::: Records shown

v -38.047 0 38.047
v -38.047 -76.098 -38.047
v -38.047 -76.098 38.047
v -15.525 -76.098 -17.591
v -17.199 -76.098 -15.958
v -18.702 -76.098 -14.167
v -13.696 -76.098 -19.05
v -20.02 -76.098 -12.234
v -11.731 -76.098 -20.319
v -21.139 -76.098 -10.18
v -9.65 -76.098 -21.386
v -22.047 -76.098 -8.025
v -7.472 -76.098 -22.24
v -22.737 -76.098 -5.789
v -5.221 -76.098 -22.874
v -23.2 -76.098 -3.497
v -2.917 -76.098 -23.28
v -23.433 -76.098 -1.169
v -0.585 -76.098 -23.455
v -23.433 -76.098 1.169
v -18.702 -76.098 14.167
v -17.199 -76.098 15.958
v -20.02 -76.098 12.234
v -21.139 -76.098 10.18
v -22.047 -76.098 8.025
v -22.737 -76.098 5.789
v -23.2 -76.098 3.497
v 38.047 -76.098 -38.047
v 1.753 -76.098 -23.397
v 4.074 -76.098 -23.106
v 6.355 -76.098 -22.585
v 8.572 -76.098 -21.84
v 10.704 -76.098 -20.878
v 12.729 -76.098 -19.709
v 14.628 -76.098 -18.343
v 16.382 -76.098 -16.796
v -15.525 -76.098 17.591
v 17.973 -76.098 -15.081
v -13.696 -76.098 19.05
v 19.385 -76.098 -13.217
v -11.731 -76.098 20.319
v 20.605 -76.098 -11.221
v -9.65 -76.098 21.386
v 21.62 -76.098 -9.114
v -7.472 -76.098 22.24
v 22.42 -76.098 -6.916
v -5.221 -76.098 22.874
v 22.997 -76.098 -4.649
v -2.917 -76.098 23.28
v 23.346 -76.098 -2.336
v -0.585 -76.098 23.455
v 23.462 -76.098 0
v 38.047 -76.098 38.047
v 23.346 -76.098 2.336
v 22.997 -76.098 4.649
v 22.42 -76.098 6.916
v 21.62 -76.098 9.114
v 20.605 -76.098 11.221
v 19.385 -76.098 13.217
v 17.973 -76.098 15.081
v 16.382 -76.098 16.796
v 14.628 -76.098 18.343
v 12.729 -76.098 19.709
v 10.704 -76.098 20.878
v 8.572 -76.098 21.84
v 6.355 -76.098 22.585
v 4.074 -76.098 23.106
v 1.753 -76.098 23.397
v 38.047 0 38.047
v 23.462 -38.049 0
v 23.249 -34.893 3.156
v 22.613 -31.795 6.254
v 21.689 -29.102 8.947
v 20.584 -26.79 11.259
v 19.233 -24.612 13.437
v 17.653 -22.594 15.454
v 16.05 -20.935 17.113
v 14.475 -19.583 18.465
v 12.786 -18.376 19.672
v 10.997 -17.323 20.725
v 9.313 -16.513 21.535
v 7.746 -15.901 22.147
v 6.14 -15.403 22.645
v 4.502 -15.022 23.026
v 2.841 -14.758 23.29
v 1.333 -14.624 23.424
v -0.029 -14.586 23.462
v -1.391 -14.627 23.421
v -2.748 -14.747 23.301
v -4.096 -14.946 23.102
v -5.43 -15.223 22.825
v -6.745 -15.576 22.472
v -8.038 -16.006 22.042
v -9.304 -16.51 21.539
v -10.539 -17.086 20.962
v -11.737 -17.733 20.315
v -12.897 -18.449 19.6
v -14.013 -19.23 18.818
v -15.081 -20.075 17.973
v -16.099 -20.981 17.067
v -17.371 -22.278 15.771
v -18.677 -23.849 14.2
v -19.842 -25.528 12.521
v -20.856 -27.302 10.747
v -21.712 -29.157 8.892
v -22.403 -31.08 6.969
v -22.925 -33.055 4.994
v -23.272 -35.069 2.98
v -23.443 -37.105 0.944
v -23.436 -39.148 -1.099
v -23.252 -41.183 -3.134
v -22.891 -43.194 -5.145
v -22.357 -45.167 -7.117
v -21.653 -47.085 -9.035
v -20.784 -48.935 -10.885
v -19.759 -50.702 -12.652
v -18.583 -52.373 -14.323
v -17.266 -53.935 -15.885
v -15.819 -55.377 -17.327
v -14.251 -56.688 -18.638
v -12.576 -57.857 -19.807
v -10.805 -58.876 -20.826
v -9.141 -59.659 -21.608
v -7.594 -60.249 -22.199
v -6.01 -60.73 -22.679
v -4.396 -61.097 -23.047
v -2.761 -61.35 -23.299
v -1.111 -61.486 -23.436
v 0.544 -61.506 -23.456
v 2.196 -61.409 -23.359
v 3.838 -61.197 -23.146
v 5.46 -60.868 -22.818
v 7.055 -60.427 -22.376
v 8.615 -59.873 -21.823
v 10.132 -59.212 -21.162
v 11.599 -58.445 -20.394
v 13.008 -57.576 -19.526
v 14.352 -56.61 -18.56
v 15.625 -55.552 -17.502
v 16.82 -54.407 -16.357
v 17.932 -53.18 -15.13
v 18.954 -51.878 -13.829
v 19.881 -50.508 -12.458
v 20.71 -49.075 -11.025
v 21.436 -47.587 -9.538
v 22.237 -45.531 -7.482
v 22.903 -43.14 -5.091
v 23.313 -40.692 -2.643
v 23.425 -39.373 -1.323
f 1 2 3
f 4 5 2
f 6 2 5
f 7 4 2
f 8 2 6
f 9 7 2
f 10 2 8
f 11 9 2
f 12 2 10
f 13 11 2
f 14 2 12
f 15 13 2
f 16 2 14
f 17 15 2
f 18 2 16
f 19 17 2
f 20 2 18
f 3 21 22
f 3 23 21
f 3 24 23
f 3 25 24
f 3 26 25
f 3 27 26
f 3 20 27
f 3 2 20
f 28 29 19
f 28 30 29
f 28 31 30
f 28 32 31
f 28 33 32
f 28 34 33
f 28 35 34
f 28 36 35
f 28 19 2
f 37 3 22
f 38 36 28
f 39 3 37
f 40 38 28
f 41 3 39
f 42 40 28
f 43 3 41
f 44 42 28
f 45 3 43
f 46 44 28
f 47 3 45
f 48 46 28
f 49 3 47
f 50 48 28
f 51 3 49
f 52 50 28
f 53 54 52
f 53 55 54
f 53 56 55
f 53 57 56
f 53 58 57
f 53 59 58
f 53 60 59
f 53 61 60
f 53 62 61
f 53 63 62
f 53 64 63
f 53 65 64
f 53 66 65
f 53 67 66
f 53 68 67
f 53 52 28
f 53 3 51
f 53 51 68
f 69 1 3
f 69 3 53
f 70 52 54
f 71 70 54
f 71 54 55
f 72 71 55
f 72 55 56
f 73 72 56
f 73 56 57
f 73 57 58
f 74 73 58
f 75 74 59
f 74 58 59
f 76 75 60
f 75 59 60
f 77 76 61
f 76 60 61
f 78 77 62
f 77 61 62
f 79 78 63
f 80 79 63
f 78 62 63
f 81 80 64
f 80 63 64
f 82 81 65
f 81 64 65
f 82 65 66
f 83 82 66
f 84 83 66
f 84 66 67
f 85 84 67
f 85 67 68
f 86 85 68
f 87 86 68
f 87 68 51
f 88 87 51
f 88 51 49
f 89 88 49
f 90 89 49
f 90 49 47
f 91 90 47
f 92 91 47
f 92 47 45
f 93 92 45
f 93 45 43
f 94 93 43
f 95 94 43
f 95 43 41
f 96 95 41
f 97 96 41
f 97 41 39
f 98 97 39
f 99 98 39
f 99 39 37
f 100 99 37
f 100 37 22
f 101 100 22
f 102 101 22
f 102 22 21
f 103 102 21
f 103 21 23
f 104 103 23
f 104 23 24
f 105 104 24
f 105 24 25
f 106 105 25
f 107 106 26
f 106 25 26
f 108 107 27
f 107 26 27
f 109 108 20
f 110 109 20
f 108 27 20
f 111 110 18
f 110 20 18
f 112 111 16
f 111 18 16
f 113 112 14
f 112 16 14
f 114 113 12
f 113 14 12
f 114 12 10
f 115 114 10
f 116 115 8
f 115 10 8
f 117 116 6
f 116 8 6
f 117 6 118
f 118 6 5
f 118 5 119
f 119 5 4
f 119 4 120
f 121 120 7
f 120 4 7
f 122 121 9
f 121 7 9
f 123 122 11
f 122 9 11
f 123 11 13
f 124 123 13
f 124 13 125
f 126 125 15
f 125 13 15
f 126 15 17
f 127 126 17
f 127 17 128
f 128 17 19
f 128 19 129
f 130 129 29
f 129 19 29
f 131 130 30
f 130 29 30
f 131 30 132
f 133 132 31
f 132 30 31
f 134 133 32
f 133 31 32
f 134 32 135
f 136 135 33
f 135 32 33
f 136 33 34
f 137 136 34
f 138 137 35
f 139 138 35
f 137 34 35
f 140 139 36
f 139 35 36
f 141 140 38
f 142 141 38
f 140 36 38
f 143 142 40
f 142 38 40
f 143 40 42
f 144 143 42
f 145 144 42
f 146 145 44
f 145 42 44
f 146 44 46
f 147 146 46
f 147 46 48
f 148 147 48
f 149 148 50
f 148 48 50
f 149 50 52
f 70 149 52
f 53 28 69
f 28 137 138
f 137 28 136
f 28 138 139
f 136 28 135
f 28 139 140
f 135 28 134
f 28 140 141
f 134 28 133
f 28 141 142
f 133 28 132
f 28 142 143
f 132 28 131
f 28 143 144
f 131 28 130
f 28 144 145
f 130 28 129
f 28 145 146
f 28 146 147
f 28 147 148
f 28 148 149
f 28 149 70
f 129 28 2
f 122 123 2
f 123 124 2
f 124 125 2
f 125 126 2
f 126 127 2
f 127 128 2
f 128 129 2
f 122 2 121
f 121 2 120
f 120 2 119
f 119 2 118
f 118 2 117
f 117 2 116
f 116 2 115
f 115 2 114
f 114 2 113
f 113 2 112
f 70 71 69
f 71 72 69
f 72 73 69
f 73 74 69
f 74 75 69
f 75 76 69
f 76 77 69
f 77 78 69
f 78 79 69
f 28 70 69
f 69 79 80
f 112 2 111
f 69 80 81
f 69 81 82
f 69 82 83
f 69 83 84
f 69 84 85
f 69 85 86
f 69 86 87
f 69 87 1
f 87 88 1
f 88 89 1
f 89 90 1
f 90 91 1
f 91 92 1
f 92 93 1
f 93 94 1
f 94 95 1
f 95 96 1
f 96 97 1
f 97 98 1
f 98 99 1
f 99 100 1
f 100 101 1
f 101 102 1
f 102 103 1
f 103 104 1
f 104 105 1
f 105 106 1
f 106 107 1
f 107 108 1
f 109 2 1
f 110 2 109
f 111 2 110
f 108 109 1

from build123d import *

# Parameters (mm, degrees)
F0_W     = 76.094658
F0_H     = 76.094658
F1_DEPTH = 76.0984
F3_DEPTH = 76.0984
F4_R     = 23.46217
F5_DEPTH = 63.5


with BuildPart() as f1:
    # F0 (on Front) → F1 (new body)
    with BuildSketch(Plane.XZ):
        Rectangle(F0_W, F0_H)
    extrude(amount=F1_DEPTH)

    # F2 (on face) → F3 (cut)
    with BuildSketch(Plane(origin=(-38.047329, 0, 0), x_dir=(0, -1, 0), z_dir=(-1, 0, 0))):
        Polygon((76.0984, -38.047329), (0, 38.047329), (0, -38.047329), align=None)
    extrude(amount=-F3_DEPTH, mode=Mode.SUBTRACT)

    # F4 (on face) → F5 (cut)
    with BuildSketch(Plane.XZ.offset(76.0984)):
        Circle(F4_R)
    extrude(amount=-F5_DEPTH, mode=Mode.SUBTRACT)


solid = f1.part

::::::

**What you should do**
Return, please, the lines of the data from the first through the line containing "v -9.65 -76.098 -21.386", both kept, exactly as they stand and nothing more.

**Solution to this task**
v -38.047 0 38.047
v -38.047 -76.098 -38.047
v -38.047 -76.098 38.047
v -15.525 -76.098 -17.591
v -17.199 -76.098 -15.958
v -18.702 -76.098 -14.167
v -13.696 -76.098 -19.05
v -20.02 -76.098 -12.234
v -11.731 -76.098 -20.319
v -21.139 -76.098 -10.18
v -9.65 -76.098 -21.386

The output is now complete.